St. Macrina, was the grandmother of St. Basil the Great. She helped raise St. Basil and was one of his favourite people. As an adult, he praised his grandmother for all the good she had done for him. He especially thanked her openly for having taught him to love the Christian faith from the time he was very small.

Macrina and her husband paid a high price for being true to their Christian beliefs. During the Roman persecutions of Galerius and Maximinus, Basil’s grandparents were forced to go into hiding. They found shelter in the forest at Pontus near their home and somehow managed to escape the Roman soldiers who were looking for them.

They were always hungry, almost starving and afraid, but they would not give up their faith. Instead, they patiently waited and prayed for the persecution to end. They hunted for food and ate the wild vegetation and somehow managed to live like this for seven years.

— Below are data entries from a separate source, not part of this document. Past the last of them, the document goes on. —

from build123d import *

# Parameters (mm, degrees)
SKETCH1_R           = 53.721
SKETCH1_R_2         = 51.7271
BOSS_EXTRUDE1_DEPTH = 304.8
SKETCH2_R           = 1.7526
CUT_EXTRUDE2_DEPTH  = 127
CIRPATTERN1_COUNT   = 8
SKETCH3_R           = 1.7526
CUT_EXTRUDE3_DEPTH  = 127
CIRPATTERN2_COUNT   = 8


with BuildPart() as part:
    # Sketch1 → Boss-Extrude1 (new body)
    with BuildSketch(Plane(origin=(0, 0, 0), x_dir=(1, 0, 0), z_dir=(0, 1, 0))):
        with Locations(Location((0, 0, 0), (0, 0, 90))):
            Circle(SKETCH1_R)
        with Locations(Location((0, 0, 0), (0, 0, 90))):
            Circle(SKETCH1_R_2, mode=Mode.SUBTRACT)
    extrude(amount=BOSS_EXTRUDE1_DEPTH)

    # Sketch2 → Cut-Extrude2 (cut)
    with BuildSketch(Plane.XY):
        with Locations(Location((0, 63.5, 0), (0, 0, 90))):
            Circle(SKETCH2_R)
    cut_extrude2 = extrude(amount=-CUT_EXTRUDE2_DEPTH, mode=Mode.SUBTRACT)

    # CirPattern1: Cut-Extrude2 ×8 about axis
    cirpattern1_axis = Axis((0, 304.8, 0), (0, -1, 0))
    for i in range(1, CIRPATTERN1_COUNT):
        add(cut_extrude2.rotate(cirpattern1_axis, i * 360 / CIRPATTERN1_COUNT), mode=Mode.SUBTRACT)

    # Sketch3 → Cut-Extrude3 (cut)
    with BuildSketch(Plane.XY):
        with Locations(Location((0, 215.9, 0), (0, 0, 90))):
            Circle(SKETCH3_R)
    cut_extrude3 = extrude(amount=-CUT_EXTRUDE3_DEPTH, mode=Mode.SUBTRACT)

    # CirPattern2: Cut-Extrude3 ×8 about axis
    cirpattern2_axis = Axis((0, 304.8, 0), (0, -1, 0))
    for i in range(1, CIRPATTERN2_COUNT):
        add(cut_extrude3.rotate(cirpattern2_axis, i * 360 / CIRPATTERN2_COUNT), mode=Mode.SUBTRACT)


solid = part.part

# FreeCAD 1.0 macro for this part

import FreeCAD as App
import Part
import Sketcher
from FreeCAD import Vector
Q = App.Units.Quantity

doc = App.newDocument("Part")
body = doc.addObject("PartDesign::Body", "Body")

sketch1 = body.newObject("Sketcher::SketchObject", "Sketch")
sketch1.AttachmentSupport = (doc.getObject("XZ_Plane"), [""])
sketch1.MapMode = "FlatFace"
sketch1.addGeometry([
    Part.Circle(Vector(0, 0, 0), Vector(0, 0, 1), 54),
    Part.Circle(Vector(0, 0, 0), Vector(0, 0, 1), 52),
], False)
sketch1.addConstraint([
    Sketcher.Constraint("Coincident", 0, 3, -1, 1),
    Sketcher.Constraint("Coincident", 1, 3, -1, 1),
    Sketcher.Constraint("Diameter", 0, Q("4.23 in")),
    Sketcher.Constraint("Diameter", 1, Q("4.073 in")),
])
pad1 = body.newObject("PartDesign::Pad", "Pad")
pad1.Profile = sketch1
pad1.Length = Q("12 in")
pad1.Reversed = True

sketch2 = body.newObject("Sketcher::SketchObject", "Sketch001")
sketch2.AttachmentSupport = (doc.getObject("XY_Plane"), [""])
sketch2.MapMode = "FlatFace"
sketch2.addGeometry(Part.Circle(Vector(0, 63.5, 0), Vector(0, 0, 1), 1.8), False)
sketch2.addConstraint([
    Sketcher.Constraint("PointOnObject", 0, 3, -2),
    Sketcher.Constraint("Diameter", 0, Q("0.138 in")),
    Sketcher.Constraint("DistanceY", -1, 1, 0, 3, Q("2.5 in")),
])
pocket1 = body.newObject("PartDesign::Pocket", "Pocket")
pocket1.Profile = sketch2
pocket1.Length = Q("5 in")
doc.recompute()

polarpattern = body.newObject("PartDesign::PolarPattern", "PolarPattern")
polarpattern.Originals = [pocket1]
polarpattern.Axis = (doc.getObject("Y_Axis"), [""])
polarpattern.Angle = 360
polarpattern.Occurrences = 8
body.Tip = polarpattern

sketch3 = body.newObject("Sketcher::SketchObject", "Sketch002")
sketch3.AttachmentSupport = (doc.getObject("XY_Plane"), [""])
sketch3.MapMode = "FlatFace"
sketch3.addGeometry(Part.Circle(Vector(0, 215.9, 0), Vector(0, 0, 1), 1.8), False)
sketch3.addConstraint([
    Sketcher.Constraint("PointOnObject", 0, 3, -2),
    Sketcher.Constraint("Diameter", 0, Q("0.138 in")),
    Sketcher.Constraint("DistanceY", -1, 1, 0, 3, Q("8.5 in")),
])
pocket2 = body.newObject("PartDesign::Pocket", "Pocket001")
pocket2.Profile = sketch3
pocket2.Length = Q("5 in")
doc.recompute()

polarpattern2 = body.newObject("PartDesign::PolarPattern", "PolarPattern001")
polarpattern2.Originals = [pocket2]
polarpattern2.Axis = (doc.getObject("Y_Axis"), [""])
polarpattern2.Angle = 360
polarpattern2.Occurrences = 8
body.Tip = polarpattern2

doc.recompute()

During another persecution, Macrina and her husband had all their property and belongings taken from them. They were left with nothing but their faith and trust in God’s care for them. St. Macrina died around 340.

St. Macrina survived her husband but the exact year of each of their deaths is not recorded. It is believed that Macrina died around 340. Her grandchild, Basil, died in 379.


St. Berard was born at Carbio in Italy and came from a noble family. When he was older he joined the order of Saint Francis of Assisi as a Franciscan Friar. St. Berard later became a priest and was a good preacher who also spoke Arabic.

St. Francis of Assisi asked some of his Franciscan friars, including St. Berard to go to Morocco and preach. They were to announce Christianity to the Muslims. The Friars agreed and Berard, Peter, Adjutus, Accursio and Odo traveled by ship in 1219.

Morocco is in the northwest corner of Africa and the journey was long and dangerous. The group arrived at Seville, Spain. They started preaching immediately, on streets and in public squares.

The people there thought they were crazy and had them arrested. To save themselves from being sent back home, the friars declared they wanted to see the sultan. So the governor of Seville sent them to Morocco.

The sultan welcomed the friars and gave them freedom to preach in the city. But some of the people did not like this and complained to the authorities. The sultan tried to save the friars by sending them to live in Marrakech, on the west coast of Morocco.

A Christian prince and friend of the sultan, Dom Pedro Fernandez, took them into his home. But the friars knew that their mission was to preach the faith and they returned to the city as often as they could.

This angered the people who did not want to hear the friars’ message. Their complaints finally angered the sultan so much that one day when he saw the friars preaching, he ordered them to stop or leave the country.

Since they had been sent to fulfill a mission, they refused to do both and were beheaded right then and there. It was January 16, 1220.

Dom Pedro Fernandez went to claim the bodies of the martyrs and later brought their remains to Holy Cross Church in Coimbra, Portugal. The friars’ mission to Morocco had been brief and looked like a failure. But the results were surprising.

The story of these heroes fired the first Franciscans with the desire to be missionaries and martyrs too. It was their particular witness that inspired a young man to dedicate his life to God as a Franciscan priest. We know him as St. Anthony of Padua. His feast day is June 13.